Home

Detect anomalies in the cost of Databricks job runs

You can use this API to detect whether a particular Databricks job is of high cost or low cost compared to the other job runs. You can pass the job ID and identify cost anomalies for a Databricks job. You can locate the Job ID from the Jobs page of the Databricks platform. You can specify only one job ID at a time.

Request

The request produces an application/json payload.

GET http://<unravel-host>/api/v1/app_store/api/v1/anomalies/jobs/<databricks_jobid>/cost

Example: http://<unravel_host>/api/v1/anomalies/jobs/155/cost

Path parameters

None

Query parameters

All the parameters are optional.

Name

Type

Description

run-mode

string

Use one of the following modes:

  • batch: Detects anomalies from history

  • real-time: Detects anomalies when the application runs; used for real-time data monitoring

Default: batch

platform

string

Supports the Databricks and EMR platforms or on-prem jobs.

Default: Databricks

from

to

string

The date-time filter. Specify the from and to date and time values to find anomalies for a particular date and time range when the jobs are run. Specify the values in the ISO date-time format as follows:

Format: %Y-%m-%dT%H:%M:%S.%fZ

Example: 2022-03-07T14:10:26:054Z

Default value: None

Note

An exception occurs if the from and to values are not specified in the ISO date-time format.

tolerance

integer

Controls the anomaly boundaries—the lower the tolerance, the lower the interval width.

Default value: 0.95

Valid values: 0 to 1

lowerBoundary

upperBoundary

float

Detects cost anomalies based on a threshold of lower and upper limits in the data. These boundaries define the plot on the graph.

You can use the threshold values to visualize the range of expected values and anomalies in the data.

Examples:

Requirement

Values

Result

If you want to view anomalies greater than five dollars

Specify lowerBoundary=5 and upperBoundary=None

All values greater than five are returned as anomalies.

If you want to view anomalies greater than 100 dollars

Specify upperBoundary=100 and lowerBoundary=None

All values greater than 100 are returned as anomalies.

If you want to view anomalies greater than 10 and 100 dollars

Specify lowerBoundary=10 and upperBoundary=100,

All values between 10 and 100 are returned as anomalies

If you want to view all anomalies

lowerBoundary=None and upperBoundary=None

Returns all anomalies reported by the algorithm.

Default: None

topNAnomalies

integer

Displays the highest ten anomalies based on the significance. If the algorithm returns less than ten anomalies, this parameter is ignored.

Default: None

returnAnomaliesOnly

boolean

  • True: Returns only anomalies, not all the data points.

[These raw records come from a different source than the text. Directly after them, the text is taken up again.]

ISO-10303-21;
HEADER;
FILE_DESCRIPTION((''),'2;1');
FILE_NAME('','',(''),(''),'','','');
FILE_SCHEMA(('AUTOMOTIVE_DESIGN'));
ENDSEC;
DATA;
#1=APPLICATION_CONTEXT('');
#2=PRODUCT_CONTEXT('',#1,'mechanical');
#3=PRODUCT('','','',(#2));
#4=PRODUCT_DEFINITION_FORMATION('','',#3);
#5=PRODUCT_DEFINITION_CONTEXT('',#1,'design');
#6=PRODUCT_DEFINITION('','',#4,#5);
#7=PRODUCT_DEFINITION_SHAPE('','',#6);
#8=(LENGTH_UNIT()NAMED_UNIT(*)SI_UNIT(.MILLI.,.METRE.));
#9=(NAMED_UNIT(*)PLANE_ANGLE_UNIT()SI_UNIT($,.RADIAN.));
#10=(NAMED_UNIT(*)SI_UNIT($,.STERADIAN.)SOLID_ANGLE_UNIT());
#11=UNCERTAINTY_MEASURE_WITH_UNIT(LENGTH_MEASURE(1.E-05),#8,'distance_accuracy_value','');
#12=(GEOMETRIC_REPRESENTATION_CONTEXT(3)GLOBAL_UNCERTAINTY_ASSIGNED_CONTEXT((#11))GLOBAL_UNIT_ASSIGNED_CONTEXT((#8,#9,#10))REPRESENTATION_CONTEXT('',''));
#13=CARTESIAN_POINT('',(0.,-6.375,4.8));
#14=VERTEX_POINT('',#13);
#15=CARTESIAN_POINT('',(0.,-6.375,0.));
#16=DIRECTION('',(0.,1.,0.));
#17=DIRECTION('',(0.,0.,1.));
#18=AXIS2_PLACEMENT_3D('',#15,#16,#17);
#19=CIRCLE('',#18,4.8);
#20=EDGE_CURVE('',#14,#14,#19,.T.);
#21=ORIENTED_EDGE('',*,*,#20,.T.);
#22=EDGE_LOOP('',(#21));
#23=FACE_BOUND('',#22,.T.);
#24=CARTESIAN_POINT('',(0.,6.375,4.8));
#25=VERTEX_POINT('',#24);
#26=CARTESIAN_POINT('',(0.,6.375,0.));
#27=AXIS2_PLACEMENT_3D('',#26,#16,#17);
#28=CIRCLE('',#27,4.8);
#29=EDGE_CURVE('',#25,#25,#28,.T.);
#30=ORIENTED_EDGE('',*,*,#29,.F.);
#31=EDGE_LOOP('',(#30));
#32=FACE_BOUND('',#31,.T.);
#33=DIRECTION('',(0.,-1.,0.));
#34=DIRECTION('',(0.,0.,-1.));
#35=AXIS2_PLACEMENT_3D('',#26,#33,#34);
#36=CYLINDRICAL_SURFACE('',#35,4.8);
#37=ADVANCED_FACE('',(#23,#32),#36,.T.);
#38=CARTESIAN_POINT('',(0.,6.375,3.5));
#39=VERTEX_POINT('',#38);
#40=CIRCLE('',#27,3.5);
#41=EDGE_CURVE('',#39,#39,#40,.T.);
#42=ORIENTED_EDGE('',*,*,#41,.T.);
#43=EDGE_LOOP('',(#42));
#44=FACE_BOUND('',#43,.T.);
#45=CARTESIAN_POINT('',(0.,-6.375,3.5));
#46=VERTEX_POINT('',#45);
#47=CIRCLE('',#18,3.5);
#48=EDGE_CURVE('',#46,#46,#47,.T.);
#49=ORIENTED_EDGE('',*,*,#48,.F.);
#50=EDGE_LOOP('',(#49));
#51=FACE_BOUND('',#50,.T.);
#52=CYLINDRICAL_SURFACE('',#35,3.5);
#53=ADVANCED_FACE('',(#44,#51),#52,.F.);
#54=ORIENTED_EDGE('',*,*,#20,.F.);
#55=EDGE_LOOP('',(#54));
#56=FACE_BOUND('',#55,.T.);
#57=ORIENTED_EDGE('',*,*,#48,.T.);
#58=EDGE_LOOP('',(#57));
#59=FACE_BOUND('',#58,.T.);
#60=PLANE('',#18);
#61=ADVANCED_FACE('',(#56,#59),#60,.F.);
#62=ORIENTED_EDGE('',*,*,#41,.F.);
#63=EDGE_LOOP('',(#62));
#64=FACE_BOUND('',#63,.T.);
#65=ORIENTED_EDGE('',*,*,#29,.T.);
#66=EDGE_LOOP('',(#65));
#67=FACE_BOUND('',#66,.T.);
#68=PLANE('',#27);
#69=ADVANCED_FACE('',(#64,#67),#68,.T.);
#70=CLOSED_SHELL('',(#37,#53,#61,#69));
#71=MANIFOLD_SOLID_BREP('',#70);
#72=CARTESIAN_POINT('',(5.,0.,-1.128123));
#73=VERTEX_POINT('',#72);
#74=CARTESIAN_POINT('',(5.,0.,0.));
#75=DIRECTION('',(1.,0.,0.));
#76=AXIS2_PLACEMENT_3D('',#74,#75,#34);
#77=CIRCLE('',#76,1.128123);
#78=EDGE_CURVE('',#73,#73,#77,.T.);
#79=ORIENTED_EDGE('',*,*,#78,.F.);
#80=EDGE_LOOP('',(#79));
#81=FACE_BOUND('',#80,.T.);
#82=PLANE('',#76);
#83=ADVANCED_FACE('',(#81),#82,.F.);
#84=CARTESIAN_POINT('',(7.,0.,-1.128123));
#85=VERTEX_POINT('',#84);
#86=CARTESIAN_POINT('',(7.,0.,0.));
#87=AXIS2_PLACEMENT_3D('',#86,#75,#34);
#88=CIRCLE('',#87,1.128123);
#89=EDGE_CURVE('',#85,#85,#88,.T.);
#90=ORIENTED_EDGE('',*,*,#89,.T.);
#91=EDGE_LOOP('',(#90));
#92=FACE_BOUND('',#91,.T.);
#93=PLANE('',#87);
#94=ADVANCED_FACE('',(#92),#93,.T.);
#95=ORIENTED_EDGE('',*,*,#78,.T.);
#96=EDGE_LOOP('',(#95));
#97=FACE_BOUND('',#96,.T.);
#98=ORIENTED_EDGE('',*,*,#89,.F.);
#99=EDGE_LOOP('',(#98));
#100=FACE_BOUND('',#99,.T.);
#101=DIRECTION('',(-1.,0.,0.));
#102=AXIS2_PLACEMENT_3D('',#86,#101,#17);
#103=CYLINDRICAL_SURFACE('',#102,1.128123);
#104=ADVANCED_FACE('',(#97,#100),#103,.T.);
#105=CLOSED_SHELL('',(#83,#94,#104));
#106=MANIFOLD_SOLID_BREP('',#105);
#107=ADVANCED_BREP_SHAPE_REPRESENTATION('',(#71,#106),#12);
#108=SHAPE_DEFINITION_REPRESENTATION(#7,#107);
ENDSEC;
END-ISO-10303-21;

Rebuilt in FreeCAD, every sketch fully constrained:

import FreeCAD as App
import Part
import Sketcher

V = App.Vector

doc = App.newDocument("Part")
params = doc.addObject("Spreadsheet::Sheet", "Params")
for row, (alias, value) in enumerate([
    ("sketch1_diameter", "7 mm"),
    ("sketch1_diameter2", "9.6 mm"),
    ("pad1_length", "12.75 mm"),
    ("pad2_length", "2 mm"),
], start=1):
    params.set(f"A{row}", alias)
    params.set(f"B{row}", "=" + value)
    params.setAlias(f"B{row}", alias)

body = doc.addObject("PartDesign::Body", "Body")

sketch1 = body.newObject("Sketcher::SketchObject", "Sketch")
sketch1.AttachmentSupport = (doc.getObject("XZ_Plane"), [""])
sketch1.MapMode = "FlatFace"
sketch1.addGeometry(Part.Circle(V(0, 0, 0), V(0, 0, 1), 4.8), False)
sketch1.addGeometry(Part.Circle(V(0, 0, 0), V(0, 0, 1), 3.5), False)
sketch1.addConstraint(Sketcher.Constraint("Coincident", 0, 3, -1, 1))
sketch1.addConstraint(Sketcher.Constraint("Coincident", 1, 3, -1, 1))
sketch1.addConstraint(Sketcher.Constraint("Diameter", 1, 7.0))
sketch1.addConstraint(Sketcher.Constraint("Diameter", 0, 9.6))
sketch1.setExpression("Constraints[2]", "Params.sketch1_diameter")
sketch1.setExpression("Constraints[3]", "Params.sketch1_diameter2")
pad1 = body.newObject("PartDesign::Pad", "Pad")
pad1.Profile = sketch1
pad1.setExpression("Length", "Params.pad1_length")
pad1.Midplane = True
body2 = doc.addObject("PartDesign::Body", "Body001")

sketch2 = body2.newObject("Sketcher::SketchObject", "Sketch001")
sketch2.AttachmentSupport = (doc.getObject("YZ_Plane001"), [""])
sketch2.MapMode = "FlatFace"
sketch2.AttachmentOffset = App.Placement(V(0, 0, 5), App.Rotation())
sketch2.addGeometry(Part.Circle(V(0, 0, 0), V(0, 0, 1), 1.1), False)
sketch2.addConstraint(Sketcher.Constraint("Coincident", 0, 3, -1, 1))
sketch2.addConstraint(Sketcher.Constraint("Diameter", 0, 2.256247))
pad2 = body2.newObject("PartDesign::Pad", "Pad001")
pad2.Profile = sketch2
pad2.setExpression("Length", "Params.pad2_length")

doc.recompute()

  • False: Returns all data points.

Default: True

suppressNegativeAnomalies

boolean

  • True: Suppresses negative anomalies. If the values are lower than the value specified for the lowerBoundary parameter, those values are considered negative anomalies. These negative anomalies are not returned in the output.

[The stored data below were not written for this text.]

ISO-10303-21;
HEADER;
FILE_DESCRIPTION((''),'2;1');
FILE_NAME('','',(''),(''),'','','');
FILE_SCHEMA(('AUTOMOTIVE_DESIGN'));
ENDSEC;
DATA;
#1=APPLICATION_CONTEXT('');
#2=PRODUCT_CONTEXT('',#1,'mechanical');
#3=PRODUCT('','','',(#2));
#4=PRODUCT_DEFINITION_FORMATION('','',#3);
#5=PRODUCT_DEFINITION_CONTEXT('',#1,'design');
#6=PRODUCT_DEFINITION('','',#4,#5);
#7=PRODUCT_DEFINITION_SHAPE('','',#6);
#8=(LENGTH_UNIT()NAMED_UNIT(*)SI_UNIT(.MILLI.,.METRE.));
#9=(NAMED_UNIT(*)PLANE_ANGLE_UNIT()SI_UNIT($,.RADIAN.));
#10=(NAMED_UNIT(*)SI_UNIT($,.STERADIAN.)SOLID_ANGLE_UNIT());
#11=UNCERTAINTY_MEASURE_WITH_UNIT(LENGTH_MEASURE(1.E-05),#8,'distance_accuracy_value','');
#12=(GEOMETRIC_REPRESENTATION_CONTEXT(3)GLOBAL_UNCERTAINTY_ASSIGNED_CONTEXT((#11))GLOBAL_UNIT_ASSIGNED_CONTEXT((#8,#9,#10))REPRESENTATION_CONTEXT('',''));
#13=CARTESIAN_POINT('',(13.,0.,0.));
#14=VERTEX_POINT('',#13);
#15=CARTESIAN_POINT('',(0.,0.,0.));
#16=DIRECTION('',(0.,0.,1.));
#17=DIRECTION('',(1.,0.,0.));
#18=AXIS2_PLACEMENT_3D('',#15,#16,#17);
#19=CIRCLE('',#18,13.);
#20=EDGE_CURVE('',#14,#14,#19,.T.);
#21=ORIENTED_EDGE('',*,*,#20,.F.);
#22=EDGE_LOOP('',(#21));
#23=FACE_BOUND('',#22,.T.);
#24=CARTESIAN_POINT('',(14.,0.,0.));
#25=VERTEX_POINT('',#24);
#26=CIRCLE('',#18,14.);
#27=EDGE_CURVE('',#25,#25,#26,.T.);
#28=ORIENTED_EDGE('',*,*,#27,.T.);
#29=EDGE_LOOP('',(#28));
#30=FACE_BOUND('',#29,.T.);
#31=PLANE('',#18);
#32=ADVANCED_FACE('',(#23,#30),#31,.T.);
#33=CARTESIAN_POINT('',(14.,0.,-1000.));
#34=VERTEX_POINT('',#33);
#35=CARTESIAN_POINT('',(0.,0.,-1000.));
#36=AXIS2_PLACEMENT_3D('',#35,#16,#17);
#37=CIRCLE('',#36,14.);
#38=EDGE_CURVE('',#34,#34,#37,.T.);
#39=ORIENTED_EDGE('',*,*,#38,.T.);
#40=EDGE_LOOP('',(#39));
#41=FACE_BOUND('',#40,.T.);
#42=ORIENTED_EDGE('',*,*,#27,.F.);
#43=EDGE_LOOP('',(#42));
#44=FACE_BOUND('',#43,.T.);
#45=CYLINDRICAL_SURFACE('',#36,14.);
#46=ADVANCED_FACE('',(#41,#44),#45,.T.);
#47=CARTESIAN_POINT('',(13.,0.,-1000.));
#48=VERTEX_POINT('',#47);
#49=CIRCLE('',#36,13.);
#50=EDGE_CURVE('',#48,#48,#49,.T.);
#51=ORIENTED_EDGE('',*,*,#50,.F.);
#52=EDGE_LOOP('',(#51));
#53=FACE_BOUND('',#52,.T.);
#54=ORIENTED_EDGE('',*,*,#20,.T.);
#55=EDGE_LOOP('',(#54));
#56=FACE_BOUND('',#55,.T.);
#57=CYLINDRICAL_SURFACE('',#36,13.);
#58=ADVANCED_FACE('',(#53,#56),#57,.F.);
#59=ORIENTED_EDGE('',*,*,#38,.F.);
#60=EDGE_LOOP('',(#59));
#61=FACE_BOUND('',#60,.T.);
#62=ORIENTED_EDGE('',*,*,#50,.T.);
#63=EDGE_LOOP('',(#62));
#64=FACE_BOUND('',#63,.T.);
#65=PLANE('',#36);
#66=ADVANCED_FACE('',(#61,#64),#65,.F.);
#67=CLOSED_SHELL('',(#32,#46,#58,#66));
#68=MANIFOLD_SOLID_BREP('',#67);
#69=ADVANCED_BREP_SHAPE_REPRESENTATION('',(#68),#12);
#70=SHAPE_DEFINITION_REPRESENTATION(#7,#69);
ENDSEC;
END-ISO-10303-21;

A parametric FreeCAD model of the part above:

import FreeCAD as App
import Part
import Sketcher

V = App.Vector
Q = App.Units.Quantity

doc = App.newDocument("Part")
body = doc.addObject("PartDesign::Body", "Body")

# Sketch on XY plane
sketch1 = doc.addObject("Sketcher::SketchObject", "Sketch")
body.addObject(sketch1)
sketch1.AttachmentSupport = (doc.XY_Plane, [""])
sketch1.MapMode = "FlatFace"
sketch1.addGeometry(Part.Circle(V(0, 0, 0), V(0, 0, 1), 14), False)
sketch1.addGeometry(Part.Circle(V(0, 0, 0), V(0, 0, 1), 13), False)
sketch1.addConstraint(Sketcher.Constraint("Coincident", 0, 3, -1, 1))
sketch1.addConstraint(Sketcher.Constraint("Coincident", 1, 3, -1, 1))
sketch1.addConstraint(Sketcher.Constraint("Diameter", 0, Q("28 mm")))
sketch1.addConstraint(Sketcher.Constraint("Diameter", 1, Q("26 mm")))
pad1 = doc.addObject("PartDesign::Pad", "Pad")
body.addObject(pad1)
pad1.Profile = sketch1
pad1.Length = 1000
pad1.Reversed = True

doc.recompute()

  • False: Returns all anomalies.

Default: False

Examples

Request

curl -X GET -H "Authorization: JWT <token>" -H "Content-Type:application/json" -H "Accept: application/json" http://<unravel-host>/api/v1/anomalies/jobs/<databricks_jobid>/cost

Response

[
   {
       "value": 290,
       "anomaly": 1,
       "datetime": "2022-06-01 14:06:08.184",
       "lowerBoundary": 0.22807244028318743,
       "upperBoundary": 0.26294456690047585,
       "score": 0.09297399690558121
   },
   {
       "value": 10,
       "anomaly": 0,
       "datetime": "2022-06-12 12:05:10.024",
       "lowerBoundary": 0.23436206895797662,
       "upperBoundary": 0.26771495290707303,
       "score": 0.00843190809198149
   },
   {
       "value": 0.23,
       "anomaly": -1,
       "datetime": "2022-06-14 12:05:20.369",
       "lowerBoundary": 0.232278522270265,
       "upperBoundary": 0.26694414579635767,
       "score": 0.009863732771709878
   }
]

Other than the input parameter values, the response returns the following additional parameters:

  • anomaly: Indicates the type of anomaly. The value is an integer.

    • Returns 1 if it is a positive anomaly.

    • Returns -1 if it is a negative anomaly.

    • Returns 0 if it is not an anomaly or when the value for the returnAnomaliesOnly parameter is False in the request.

  • score: Returns the score for each anomaly. The score indicates how far the data points away from the boundary. The farther the value from its boundary, the higher the score.